Glad to be of assistance. These Troopers have been getting away with all of this for far too long.:wink:


----------



## Dr.Magoo (May 2, 2002)

MSP75 said:


> Mr Guest, if you are a reporter, instead of asking why the cruiser is going so fast, ask why the Commonwealth doesn't put more troopers on the road?


I totally agree. Too much road for too few Road Troopers. And if they drove the speed limit all the time.....image the traffic jams and accidents that would cause.


----------



## Guest (Jan 16, 2006)

Dr.Magoo said:


> I totally agree. Too much road for too few Road Troopers. And if they drove the speed limit all the time.....image the traffic jams and accidents that would cause.

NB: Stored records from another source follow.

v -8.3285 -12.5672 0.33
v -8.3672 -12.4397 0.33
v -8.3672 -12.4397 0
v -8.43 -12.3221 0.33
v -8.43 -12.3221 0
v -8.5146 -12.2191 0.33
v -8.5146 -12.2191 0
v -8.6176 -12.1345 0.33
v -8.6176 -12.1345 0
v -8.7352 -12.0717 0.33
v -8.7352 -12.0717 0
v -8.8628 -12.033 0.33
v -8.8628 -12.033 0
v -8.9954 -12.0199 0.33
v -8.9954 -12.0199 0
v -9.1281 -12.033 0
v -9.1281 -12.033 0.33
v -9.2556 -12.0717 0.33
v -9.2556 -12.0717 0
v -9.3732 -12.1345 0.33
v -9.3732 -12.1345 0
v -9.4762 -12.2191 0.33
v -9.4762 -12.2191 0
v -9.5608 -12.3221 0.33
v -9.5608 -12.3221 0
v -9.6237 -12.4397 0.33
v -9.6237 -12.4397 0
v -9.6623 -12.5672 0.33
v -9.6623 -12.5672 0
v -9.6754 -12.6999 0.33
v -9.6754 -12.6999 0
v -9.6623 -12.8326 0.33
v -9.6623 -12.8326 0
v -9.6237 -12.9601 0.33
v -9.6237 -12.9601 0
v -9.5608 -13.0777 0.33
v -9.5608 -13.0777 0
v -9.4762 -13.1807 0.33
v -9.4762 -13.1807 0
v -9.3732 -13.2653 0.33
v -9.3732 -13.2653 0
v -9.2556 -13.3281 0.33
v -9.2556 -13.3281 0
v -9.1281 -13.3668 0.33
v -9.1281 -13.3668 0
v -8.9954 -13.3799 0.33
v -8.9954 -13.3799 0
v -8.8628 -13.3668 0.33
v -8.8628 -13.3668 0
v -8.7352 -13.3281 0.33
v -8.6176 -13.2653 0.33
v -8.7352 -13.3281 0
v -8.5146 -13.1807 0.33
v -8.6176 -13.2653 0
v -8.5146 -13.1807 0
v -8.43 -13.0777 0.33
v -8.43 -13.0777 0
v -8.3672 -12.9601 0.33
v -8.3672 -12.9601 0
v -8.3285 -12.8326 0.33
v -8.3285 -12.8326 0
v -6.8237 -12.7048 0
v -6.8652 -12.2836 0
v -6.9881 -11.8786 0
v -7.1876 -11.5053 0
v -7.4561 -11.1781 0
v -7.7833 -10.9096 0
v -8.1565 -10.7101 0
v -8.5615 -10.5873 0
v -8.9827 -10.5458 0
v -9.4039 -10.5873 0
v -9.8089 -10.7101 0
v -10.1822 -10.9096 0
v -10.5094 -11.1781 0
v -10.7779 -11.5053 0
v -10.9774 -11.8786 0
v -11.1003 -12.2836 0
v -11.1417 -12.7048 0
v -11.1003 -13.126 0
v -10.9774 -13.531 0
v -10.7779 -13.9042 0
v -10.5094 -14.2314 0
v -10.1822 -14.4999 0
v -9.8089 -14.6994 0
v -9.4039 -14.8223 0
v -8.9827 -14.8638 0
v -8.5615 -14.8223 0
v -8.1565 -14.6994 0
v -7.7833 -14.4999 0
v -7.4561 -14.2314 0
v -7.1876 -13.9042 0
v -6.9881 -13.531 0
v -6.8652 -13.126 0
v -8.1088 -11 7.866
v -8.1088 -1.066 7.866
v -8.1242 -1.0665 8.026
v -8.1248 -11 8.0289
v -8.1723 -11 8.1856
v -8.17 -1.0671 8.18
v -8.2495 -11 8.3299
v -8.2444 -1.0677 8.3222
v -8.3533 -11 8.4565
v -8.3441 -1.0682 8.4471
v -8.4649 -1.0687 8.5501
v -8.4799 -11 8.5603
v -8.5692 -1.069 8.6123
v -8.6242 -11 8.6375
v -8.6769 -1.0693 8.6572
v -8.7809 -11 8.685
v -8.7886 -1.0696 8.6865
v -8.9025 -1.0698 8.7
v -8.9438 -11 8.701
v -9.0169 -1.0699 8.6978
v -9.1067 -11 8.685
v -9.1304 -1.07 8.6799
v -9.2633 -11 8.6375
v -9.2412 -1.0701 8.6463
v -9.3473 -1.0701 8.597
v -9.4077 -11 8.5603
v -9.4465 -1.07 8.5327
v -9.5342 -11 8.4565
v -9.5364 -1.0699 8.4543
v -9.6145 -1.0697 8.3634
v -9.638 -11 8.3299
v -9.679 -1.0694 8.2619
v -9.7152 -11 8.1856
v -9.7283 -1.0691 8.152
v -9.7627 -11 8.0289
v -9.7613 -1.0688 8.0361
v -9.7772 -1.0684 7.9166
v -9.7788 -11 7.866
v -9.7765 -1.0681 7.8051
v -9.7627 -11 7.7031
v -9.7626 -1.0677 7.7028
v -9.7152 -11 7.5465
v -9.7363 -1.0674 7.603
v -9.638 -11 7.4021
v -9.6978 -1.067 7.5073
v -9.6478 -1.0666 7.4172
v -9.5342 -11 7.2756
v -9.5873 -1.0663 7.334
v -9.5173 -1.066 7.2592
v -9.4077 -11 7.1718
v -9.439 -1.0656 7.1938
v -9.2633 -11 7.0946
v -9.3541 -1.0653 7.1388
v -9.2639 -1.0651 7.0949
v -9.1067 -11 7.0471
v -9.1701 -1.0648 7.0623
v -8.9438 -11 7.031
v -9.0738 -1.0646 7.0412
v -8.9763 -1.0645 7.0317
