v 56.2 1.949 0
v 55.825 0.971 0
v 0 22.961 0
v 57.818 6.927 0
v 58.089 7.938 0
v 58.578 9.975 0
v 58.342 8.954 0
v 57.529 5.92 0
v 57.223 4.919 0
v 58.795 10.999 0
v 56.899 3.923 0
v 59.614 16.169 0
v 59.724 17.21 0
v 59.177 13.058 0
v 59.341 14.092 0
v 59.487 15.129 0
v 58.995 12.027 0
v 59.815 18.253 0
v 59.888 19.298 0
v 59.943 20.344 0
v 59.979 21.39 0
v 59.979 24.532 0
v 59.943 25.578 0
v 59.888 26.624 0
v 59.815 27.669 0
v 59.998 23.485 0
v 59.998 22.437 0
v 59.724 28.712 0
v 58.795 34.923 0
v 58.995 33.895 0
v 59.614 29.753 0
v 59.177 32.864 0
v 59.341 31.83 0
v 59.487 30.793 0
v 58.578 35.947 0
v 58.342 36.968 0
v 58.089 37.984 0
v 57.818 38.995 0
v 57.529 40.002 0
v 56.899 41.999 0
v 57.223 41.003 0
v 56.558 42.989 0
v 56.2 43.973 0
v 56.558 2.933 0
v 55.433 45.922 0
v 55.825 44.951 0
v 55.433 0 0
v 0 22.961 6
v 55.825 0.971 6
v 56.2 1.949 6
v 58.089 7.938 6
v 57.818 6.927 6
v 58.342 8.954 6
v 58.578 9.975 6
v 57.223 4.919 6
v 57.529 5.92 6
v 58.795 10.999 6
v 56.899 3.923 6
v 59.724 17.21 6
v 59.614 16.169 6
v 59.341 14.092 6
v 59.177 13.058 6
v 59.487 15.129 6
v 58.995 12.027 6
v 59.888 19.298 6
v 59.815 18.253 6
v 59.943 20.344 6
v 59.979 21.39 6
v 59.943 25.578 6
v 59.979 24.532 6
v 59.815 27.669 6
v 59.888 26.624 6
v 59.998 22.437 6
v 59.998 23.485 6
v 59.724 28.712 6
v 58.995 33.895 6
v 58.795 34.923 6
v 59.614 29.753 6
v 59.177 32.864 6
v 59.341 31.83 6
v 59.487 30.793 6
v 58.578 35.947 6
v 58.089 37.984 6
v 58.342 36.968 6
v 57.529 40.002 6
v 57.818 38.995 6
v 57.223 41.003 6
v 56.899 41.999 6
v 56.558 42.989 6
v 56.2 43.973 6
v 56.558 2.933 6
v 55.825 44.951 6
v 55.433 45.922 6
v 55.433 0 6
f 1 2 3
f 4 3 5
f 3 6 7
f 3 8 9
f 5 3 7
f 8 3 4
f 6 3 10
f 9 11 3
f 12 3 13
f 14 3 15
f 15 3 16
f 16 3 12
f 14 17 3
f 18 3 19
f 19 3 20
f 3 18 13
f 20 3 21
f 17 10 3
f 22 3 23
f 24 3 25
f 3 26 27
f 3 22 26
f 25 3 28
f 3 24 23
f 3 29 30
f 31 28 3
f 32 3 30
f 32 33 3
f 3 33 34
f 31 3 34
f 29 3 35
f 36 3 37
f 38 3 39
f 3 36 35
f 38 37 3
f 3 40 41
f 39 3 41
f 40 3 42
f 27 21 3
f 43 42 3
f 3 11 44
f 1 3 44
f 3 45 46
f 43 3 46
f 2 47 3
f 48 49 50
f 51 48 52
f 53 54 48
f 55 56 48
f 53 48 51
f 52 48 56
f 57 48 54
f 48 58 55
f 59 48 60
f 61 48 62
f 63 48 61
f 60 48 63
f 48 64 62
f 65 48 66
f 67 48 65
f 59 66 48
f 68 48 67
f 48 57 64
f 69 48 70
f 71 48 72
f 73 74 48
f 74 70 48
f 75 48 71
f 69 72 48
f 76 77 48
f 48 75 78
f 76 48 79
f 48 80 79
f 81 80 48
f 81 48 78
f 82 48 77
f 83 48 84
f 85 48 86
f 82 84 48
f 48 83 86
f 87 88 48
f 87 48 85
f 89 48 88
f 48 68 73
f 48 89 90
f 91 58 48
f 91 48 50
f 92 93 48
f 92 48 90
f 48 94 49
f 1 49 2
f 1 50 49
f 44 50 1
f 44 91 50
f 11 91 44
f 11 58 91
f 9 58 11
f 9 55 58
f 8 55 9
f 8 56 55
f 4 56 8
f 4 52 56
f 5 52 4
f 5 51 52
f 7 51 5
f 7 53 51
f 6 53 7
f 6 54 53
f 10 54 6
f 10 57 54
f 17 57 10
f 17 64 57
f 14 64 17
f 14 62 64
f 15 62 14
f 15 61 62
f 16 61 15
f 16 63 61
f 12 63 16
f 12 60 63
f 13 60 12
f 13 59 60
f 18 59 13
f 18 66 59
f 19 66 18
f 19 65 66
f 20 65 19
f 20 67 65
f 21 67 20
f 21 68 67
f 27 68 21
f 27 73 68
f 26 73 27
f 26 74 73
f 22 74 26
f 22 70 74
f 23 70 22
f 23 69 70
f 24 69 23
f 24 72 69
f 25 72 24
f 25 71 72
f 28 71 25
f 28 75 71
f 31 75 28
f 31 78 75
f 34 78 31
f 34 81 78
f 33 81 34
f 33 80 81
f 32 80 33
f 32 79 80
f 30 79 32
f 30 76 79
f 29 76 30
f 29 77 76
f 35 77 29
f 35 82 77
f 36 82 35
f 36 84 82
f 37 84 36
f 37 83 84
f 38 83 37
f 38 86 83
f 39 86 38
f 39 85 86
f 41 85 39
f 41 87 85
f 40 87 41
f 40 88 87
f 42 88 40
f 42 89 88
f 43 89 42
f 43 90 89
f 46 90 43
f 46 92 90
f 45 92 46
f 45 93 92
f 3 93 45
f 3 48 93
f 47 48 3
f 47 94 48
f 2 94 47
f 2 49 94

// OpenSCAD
$fn = 32;

// ----------------------------------------------------------------------
// Arc profile plate: sector, 47 points
// ----------------------------------------------------------------------

// --- parameters (mm) ---
sector_angle = 45;        // sector angle, degrees
sector_r = 60;            // outer radius
arc_step = 1;             // sampling step of the arc, degrees
plate_t = 6;              // plate thickness, Z

bbox_x = 2 * sector_r * sin(sector_angle / 2);  // chord of the sector
bbox_y = sector_r;  // depth of the sector (apex to arc)

profile = [[55.433, 0], [55.825, 0.971], [56.2, 1.949], [56.558, 2.933], [56.899, 3.923], [57.223, 4.919], [57.529, 5.92], [57.818, 6.927], [58.089, 7.938], [58.342, 8.954], [58.578, 9.975], [58.795, 10.999], [58.995, 12.027], [59.177, 13.058], [59.341, 14.092], [59.487, 15.129], [59.614, 16.169], [59.724, 17.21], [59.815, 18.253], [59.888, 19.298], [59.943, 20.344], [59.979, 21.39], [59.998, 22.437], [59.998, 23.485], [59.979, 24.532], [59.943, 25.578], [59.888, 26.624], [59.815, 27.669], [59.724, 28.712], [59.614, 29.753], [59.487, 30.793], [59.341, 31.83], [59.177, 32.864], [58.995, 33.895], [58.795, 34.923], [58.578, 35.947], [58.342, 36.968], [58.089, 37.984], [57.818, 38.995], [57.529, 40.002], [57.223, 41.003], [56.899, 41.999], [56.558, 42.989], [56.2, 43.973], [55.825, 44.951], [55.433, 45.922], [0, 22.961]];  // primary outline, 47 points, counter clockwise

// --- the one profile operation ---
linear_extrude(height = plate_t) polygon(points = profile);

That is no joke. At 65 mph everyone else is at 55 mph. All the speeders catchup and then there is the moving parking lot. Then everyone is wishing the cruiser was going fast.


----------



## Officer Dunngeon (Aug 16, 2002)

no$.10 said:


> *"unregistered"*
> 
> Next time you should chase that Trooper down, just keep on him until he stops, he will, eventually. When he does, exit your vehicle with your hands in the air and exclaim as loudly as you can (it is sometimes hard to hear over traffic) "*I am invoking the third principal!!"* Keep repeating this until you attract the attention of several other motorists. It would help to get their attention if you maybe tried to flag them down. Perhaps stepping out into the travel lane to get them to slow down. If you can attract enough attention, boy, will that Trooper be in trouble. He'll never speed again, I assure you. There is strength in numbers, so feel free to recruit other fine citizens to engage in similar behavior. I assure you, you will see some results.
> 
> Glad to be of assistance. These Troopers have been getting away with all of this for far too long.:wink:


:L: :L: :L:

Great advice!


----------



## Guest (Jan 16, 2006)

Wow, it seems I struck a nerve. I did not mean to offend you guys, but it seems my question did just that, sorry. Let me clarify. I do not have a ticket. I have not had one since 1994. Therefore, comments like ‘talk to judge’ and ‘driving is privilege’ are misaddressed. Invoking the third law is funny, but if you were talking about Kevin Costner’s Postman, I believe it’s the eighth law. Of course I do not have a RADAR, but why would I need one? It is obvious these cops are driving like their hair is on fire. Whether it is 100mph or 120mph is irrelevant. 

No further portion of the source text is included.